Exercise = Please repeat exactly the lines below from the one containing "f 865 956 957" down to the one containing "f 419 443 834", both included, and nothing else.
___ Source data ___
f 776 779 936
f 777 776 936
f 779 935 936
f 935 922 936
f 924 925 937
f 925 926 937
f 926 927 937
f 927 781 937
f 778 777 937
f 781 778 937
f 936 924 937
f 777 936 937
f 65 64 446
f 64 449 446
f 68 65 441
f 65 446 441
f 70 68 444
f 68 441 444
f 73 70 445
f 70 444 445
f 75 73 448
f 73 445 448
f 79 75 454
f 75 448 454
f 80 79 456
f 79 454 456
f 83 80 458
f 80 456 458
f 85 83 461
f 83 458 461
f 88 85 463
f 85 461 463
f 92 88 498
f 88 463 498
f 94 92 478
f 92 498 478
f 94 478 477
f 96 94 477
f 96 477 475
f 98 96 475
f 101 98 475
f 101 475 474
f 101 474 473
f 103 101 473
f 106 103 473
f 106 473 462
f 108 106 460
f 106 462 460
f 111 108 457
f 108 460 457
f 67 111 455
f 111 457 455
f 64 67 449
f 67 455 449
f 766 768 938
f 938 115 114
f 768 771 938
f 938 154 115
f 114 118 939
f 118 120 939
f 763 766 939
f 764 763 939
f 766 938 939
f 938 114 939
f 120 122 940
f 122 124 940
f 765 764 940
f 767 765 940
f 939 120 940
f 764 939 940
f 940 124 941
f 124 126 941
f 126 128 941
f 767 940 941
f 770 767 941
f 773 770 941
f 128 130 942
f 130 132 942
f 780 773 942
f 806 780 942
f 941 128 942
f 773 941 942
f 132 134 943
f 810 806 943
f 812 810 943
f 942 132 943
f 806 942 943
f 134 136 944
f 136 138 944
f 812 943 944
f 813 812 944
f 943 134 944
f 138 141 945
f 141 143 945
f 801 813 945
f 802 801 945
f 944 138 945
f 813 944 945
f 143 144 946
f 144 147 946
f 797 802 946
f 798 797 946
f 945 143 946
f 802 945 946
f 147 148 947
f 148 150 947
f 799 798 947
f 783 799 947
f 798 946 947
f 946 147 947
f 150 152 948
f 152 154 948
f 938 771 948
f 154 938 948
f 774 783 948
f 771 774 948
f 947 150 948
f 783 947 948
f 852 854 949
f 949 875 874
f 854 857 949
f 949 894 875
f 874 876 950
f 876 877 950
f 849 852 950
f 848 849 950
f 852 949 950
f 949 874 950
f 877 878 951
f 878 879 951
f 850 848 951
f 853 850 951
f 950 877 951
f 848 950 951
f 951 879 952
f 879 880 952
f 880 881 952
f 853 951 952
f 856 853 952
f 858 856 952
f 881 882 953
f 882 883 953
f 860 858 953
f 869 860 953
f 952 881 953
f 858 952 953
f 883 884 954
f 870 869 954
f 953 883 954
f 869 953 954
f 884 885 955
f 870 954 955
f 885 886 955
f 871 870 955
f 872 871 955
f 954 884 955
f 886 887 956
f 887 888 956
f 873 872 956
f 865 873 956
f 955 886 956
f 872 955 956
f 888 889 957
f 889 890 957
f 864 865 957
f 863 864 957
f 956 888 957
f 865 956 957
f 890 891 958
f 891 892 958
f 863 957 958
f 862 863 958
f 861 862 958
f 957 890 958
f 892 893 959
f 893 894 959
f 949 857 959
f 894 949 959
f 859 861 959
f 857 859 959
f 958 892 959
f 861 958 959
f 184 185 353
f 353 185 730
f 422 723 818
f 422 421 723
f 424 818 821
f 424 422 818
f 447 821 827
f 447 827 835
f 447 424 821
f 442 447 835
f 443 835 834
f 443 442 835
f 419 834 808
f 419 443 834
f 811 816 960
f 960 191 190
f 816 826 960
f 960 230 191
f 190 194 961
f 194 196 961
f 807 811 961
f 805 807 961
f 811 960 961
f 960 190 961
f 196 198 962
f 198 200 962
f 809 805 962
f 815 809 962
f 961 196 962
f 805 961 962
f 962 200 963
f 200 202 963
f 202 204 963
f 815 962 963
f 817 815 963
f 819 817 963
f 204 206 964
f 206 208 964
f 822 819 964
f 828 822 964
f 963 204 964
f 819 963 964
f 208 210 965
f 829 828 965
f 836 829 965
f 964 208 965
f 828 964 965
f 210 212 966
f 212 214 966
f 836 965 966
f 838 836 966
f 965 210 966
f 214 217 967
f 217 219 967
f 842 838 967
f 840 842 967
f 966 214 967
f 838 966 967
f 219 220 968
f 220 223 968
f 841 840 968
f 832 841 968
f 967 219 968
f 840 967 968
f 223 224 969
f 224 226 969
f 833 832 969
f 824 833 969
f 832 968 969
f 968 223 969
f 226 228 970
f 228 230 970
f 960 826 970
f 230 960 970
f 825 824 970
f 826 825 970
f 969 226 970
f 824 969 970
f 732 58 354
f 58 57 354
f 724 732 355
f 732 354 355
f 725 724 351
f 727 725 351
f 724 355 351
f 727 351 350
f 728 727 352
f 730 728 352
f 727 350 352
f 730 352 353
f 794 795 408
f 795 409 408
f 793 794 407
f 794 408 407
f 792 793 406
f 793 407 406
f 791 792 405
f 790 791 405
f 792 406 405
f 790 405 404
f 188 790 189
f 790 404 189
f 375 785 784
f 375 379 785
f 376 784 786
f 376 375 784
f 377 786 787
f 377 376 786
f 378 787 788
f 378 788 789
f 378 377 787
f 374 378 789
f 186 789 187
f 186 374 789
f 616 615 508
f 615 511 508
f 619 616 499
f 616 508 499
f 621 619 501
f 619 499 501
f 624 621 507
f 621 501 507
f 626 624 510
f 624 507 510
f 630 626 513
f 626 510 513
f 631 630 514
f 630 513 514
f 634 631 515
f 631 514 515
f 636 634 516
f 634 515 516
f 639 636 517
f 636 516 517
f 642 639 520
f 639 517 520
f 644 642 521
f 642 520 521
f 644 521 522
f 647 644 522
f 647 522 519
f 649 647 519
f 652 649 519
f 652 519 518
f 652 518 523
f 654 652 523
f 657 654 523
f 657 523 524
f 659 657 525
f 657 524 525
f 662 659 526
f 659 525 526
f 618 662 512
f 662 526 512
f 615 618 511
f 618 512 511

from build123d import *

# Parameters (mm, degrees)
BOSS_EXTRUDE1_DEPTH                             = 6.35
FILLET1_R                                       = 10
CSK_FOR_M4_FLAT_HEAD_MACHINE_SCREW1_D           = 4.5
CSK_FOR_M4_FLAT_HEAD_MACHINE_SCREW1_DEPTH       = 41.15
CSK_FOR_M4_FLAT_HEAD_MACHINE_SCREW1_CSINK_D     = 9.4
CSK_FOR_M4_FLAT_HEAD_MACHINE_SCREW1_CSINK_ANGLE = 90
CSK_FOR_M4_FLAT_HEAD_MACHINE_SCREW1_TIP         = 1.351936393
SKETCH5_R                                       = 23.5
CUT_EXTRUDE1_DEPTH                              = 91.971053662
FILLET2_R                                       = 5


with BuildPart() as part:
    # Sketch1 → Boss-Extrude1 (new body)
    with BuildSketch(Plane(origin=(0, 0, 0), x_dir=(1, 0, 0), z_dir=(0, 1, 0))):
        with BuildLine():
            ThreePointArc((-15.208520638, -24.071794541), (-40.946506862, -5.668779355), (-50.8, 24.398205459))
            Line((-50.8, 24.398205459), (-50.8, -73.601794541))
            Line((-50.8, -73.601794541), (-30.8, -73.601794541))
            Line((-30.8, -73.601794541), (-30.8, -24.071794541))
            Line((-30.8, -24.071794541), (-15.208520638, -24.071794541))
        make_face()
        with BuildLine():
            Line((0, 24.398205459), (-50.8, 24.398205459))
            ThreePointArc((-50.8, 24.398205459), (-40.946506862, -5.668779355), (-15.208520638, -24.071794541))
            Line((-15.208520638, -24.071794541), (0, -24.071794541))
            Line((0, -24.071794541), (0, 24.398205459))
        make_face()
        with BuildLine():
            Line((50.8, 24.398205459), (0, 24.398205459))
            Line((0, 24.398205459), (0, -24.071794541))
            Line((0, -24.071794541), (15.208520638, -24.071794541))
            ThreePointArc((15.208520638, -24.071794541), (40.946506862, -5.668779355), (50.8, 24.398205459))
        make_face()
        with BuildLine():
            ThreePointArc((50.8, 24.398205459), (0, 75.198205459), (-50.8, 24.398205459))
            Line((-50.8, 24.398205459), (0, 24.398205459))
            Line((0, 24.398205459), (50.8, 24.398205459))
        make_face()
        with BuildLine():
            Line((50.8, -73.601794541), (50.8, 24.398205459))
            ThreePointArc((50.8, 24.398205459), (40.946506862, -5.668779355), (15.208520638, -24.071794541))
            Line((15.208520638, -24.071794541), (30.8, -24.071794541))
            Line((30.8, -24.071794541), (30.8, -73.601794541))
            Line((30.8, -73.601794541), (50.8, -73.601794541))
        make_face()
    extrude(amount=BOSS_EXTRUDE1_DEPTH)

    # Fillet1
___
Exercise answer =
f 865 956 957
f 890 891 958
f 891 892 958
f 863 957 958
f 862 863 958
f 861 862 958
f 957 890 958
f 892 893 959
f 893 894 959
f 949 857 959
f 894 949 959
f 859 861 959
f 857 859 959
f 958 892 959
f 861 958 959
f 184 185 353
f 353 185 730
f 422 723 818
f 422 421 723
f 424 818 821
f 424 422 818
f 447 821 827
f 447 827 835
f 447 424 821
f 442 447 835
f 443 835 834
f 443 442 835
f 419 834 808
f 419 443 834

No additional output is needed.